Adolf Schlatter, a Protestant theologian, once claimed: «That the Bible absolutely wants to help us to recognise God’s invisible world as a real existing reality». Augustine: «Miracles are not against nature, but only against the nature we know! Say God is still greater and always stronger than the greatest challenge you can face!» African proverb: «You may tell your God how big your problems are. But after that, you should also tell your problems how great your God is!» Being equipped and on the way with God’s spirit means for me that I (actually) don’t need to be afraid anymore, because God has not given us the spirit of fear, but of love, power and prudence! Giants are also only dwarfs when I contrast them with the omnipotence of God.
In the Letter to the Romans, Paul claims of himself in the 8th chapter: «that he may be assured that neither death, nor life, nor angels, nor powers, nor things present, nor things to come, nor things high, nor things low, nor any other creature, will be able to separate him from the love of God which is in Christ Jesus our Lord».
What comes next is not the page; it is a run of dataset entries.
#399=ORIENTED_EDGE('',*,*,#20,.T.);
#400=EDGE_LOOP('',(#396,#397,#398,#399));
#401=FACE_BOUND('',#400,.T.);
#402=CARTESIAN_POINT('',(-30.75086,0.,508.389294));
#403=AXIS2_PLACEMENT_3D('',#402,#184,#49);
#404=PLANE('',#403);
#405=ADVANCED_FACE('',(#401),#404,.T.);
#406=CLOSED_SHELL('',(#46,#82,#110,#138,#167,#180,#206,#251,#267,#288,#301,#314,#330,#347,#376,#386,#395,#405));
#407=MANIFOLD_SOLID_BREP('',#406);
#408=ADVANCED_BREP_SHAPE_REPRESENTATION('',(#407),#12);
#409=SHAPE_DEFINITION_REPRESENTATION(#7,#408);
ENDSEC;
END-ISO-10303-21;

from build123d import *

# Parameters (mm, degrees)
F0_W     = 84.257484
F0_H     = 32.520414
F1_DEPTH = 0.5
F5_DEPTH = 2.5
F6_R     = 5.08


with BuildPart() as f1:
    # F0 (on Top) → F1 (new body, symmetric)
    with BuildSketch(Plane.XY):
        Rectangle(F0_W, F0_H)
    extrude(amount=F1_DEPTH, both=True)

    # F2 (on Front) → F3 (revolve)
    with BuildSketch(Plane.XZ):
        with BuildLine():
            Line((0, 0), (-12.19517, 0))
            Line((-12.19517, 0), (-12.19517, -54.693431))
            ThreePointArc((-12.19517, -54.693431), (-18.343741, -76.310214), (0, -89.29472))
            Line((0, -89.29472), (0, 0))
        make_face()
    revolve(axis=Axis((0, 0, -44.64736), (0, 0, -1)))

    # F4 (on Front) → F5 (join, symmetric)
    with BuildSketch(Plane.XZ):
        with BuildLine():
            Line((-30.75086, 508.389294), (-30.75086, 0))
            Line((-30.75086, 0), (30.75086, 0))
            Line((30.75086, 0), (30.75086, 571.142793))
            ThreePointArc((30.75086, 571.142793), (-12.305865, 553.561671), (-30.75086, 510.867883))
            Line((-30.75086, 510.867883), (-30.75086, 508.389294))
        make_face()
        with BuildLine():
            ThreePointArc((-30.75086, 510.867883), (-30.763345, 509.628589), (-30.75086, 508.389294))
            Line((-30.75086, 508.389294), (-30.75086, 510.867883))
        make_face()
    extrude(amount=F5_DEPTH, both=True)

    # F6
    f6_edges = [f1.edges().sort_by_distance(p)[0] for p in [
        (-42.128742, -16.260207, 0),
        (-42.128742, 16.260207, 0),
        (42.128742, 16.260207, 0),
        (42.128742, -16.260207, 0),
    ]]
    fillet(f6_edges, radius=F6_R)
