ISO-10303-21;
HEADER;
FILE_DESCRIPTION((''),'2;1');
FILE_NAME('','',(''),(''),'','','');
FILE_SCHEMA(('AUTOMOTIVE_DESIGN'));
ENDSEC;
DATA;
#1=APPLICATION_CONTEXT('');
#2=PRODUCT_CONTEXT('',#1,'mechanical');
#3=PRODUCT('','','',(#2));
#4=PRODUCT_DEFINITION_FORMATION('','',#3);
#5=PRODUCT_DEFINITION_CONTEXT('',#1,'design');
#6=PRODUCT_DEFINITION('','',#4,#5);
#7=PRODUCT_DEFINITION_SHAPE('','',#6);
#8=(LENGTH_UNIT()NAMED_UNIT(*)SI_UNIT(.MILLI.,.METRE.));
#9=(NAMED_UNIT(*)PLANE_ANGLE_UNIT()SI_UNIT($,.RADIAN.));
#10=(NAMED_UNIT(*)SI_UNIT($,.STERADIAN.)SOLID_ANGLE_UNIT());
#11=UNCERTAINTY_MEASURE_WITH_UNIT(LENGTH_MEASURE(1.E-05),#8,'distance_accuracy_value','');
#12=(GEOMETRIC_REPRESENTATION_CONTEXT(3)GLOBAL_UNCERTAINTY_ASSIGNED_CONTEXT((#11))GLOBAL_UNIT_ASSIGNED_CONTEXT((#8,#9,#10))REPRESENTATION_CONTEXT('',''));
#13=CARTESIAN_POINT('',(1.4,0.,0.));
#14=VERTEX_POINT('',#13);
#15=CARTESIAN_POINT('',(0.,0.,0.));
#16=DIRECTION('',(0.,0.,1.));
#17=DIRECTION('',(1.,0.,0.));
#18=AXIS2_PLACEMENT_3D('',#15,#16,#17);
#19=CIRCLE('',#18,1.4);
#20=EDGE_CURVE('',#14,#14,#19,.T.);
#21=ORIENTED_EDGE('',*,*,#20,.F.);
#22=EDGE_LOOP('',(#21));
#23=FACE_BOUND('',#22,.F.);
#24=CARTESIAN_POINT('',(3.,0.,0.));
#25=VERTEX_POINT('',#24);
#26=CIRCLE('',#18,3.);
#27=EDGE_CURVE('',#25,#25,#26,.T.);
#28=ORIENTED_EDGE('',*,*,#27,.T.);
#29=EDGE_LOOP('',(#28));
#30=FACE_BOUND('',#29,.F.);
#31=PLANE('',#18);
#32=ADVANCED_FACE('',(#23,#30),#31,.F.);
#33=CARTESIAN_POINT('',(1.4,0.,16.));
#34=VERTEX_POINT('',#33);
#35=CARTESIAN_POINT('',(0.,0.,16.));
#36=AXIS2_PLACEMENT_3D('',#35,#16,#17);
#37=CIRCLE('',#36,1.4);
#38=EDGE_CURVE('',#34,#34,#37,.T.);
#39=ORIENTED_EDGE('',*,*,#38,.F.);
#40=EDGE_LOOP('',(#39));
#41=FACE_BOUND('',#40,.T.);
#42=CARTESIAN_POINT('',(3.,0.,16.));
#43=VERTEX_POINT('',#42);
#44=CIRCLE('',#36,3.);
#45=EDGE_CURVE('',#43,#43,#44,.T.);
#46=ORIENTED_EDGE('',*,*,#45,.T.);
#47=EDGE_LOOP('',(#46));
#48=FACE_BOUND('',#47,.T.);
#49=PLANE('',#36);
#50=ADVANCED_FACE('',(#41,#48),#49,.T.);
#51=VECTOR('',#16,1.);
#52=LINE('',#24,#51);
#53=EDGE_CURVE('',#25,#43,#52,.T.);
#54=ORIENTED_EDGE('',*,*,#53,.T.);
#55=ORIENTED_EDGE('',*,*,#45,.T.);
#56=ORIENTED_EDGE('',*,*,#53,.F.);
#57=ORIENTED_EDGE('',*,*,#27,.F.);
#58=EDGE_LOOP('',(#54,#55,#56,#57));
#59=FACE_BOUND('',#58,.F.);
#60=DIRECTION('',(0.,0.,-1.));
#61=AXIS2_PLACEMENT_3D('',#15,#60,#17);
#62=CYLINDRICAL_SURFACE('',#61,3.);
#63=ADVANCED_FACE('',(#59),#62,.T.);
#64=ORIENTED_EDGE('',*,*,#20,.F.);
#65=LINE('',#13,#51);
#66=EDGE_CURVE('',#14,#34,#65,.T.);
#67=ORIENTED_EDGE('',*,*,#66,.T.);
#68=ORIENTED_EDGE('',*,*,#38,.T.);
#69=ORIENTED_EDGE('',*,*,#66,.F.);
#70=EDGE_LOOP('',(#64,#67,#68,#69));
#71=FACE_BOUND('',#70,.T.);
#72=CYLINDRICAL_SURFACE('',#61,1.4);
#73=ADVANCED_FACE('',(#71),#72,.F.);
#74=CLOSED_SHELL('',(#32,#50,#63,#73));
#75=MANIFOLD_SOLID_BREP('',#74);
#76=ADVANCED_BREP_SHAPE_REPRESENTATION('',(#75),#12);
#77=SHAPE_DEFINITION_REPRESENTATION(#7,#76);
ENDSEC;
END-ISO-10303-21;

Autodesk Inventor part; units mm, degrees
ref_plane "YZ Plane" through (0, 0, 0) normal (1, 0, 0) x (0, 1, 0)
ref_plane "XZ Plane" through (0, 0, 0) normal (0, 1, 0) x (-1, 0, 0)
ref_plane "XY Plane" through (0, 0, 0) normal (0, 0, 1) x (1, 0, 0)
sketch "スケッチ1" plane through (0, 0, 0) normal (0, 0, 1) x (1, 0, 0)
  circle A0 centre (0, 0) radius 3
  circle A1 centre (0, 0) radius 1.4
  dimension "d0" = 6
  dimension "d1" = 2.8
extrude "押し出し1" add sketch "スケッチ1" along normal blind 16
properties part number "12mm" material "アルミニウム"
I am convinced that Caleb’s exemplary courage also lies in the positive experiences he has had with God so far. Caleb has not forgotten how God delivered him and a hundred thousand other Israelites from captivity. Caleb draws strength and courage from the memory of God’s great deeds in his life. He does not belittle his past experiences because they may have happened some time ago! He consciously keeps in mind that God has helped again and again in earlier times through individual miracles, and that it is a small thing for him to repeat these signs and deeds again and again! Think about where you could muster or practise spiritual courage in the next week, the new year?
- Is there an opportunity to talk about your faith?
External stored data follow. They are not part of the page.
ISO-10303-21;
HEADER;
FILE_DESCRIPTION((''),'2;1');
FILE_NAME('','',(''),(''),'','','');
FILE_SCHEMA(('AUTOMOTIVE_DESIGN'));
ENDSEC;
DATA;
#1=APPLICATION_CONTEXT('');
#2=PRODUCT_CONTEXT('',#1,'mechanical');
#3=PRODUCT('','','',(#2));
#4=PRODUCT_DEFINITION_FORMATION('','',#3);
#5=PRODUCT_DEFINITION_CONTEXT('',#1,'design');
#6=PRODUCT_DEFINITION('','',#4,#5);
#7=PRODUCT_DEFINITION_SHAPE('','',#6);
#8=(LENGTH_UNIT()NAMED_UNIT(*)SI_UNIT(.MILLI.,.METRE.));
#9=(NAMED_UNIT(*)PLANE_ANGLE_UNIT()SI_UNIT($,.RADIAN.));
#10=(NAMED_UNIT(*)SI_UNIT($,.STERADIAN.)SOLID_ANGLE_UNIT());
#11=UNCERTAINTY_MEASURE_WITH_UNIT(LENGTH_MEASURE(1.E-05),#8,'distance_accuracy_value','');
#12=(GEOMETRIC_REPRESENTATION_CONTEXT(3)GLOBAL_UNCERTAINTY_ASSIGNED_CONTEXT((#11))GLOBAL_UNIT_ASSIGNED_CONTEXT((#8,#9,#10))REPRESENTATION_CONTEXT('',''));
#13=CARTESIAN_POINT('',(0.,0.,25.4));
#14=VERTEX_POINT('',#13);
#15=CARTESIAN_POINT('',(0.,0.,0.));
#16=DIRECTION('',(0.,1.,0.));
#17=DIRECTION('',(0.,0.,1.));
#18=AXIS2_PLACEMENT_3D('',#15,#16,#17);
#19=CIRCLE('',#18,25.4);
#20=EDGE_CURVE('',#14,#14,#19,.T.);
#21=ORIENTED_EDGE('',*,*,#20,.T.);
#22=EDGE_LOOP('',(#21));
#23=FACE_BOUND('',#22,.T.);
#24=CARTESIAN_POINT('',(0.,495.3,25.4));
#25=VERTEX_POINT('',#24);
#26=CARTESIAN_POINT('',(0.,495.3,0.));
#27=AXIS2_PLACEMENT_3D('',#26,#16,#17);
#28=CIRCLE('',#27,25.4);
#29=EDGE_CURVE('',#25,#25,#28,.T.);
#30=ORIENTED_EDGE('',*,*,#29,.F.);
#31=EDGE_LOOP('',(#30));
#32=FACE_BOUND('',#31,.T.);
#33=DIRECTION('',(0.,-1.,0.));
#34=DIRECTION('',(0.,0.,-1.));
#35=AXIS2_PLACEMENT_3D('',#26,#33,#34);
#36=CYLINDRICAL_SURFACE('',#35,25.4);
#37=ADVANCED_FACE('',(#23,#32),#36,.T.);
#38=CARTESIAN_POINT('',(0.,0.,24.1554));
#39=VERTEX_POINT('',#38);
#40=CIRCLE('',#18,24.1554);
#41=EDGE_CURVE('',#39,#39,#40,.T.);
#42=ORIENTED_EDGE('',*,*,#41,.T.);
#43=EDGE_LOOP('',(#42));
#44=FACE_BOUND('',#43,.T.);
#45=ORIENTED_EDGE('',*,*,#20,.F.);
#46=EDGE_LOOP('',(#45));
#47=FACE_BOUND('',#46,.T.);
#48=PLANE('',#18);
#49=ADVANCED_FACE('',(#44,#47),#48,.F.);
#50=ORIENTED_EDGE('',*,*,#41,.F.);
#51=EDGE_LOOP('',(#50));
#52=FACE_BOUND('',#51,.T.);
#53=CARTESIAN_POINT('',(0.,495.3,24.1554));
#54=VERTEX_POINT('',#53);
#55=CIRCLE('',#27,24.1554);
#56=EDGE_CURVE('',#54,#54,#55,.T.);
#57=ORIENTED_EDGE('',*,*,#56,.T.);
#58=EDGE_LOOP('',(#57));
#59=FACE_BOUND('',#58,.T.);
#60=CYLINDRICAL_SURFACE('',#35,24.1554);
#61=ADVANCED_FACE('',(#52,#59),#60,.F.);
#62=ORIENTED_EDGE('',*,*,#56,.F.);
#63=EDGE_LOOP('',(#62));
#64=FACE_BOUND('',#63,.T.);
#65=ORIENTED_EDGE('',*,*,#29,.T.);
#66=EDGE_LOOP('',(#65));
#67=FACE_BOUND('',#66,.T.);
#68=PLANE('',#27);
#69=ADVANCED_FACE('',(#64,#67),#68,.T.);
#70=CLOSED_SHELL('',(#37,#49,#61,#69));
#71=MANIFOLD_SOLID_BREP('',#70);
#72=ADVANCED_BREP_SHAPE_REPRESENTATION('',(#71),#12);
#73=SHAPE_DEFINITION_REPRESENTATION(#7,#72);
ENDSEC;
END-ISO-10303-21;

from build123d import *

# Parameters (mm, degrees)
SKETCH1_R   = 25.4
SKETCH1_R_2 = 24.1554
BODY_DEPTH  = 495.3


with BuildPart() as part:
    # Sketch1 → body (new body)
    with BuildSketch(Plane(origin=(0, 0, 0), x_dir=(1, 0, 0), z_dir=(0, 1, 0))):
        with Locations(Location((0, 0, 0), (0, 0, 270))):
            Circle(SKETCH1_R)
        with Locations(Location((0, 0, 0), (0, 0, 270))):
            Circle(SKETCH1_R_2, mode=Mode.SUBTRACT)
    extrude(amount=BODY_DEPTH)


solid = part.part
- With God’s help, can you dare to do something that you would not dare to do yourself?
- Or where can you perhaps face a problem instead of running away or avoiding another person?
Being equipped with spirit and courage means for me to go through life with a new, different mindset! Based on Caleb, I learn that I want to rely more on God’s promises than listening to my own inner purely human voice! Paul recommends to the Christians in Ephesus 4:23: «But renew yourselves in spirit and mind». / metanoia/ conversion means; «rethinking – rethinking» and to the church in Rome he writes 12,2 «Do not conform yourselves to this world, but be changed by the renewing of your mind, that you may prove what is the will of God, that which is good and acceptable and perfect».
To be equipped with God’s Spirit and His courage does not primarily mean to show any proof of achievement or qualifications, but to look at life and its challenges from God’s perspective and also to interpret them with spiritual eyes of the heart.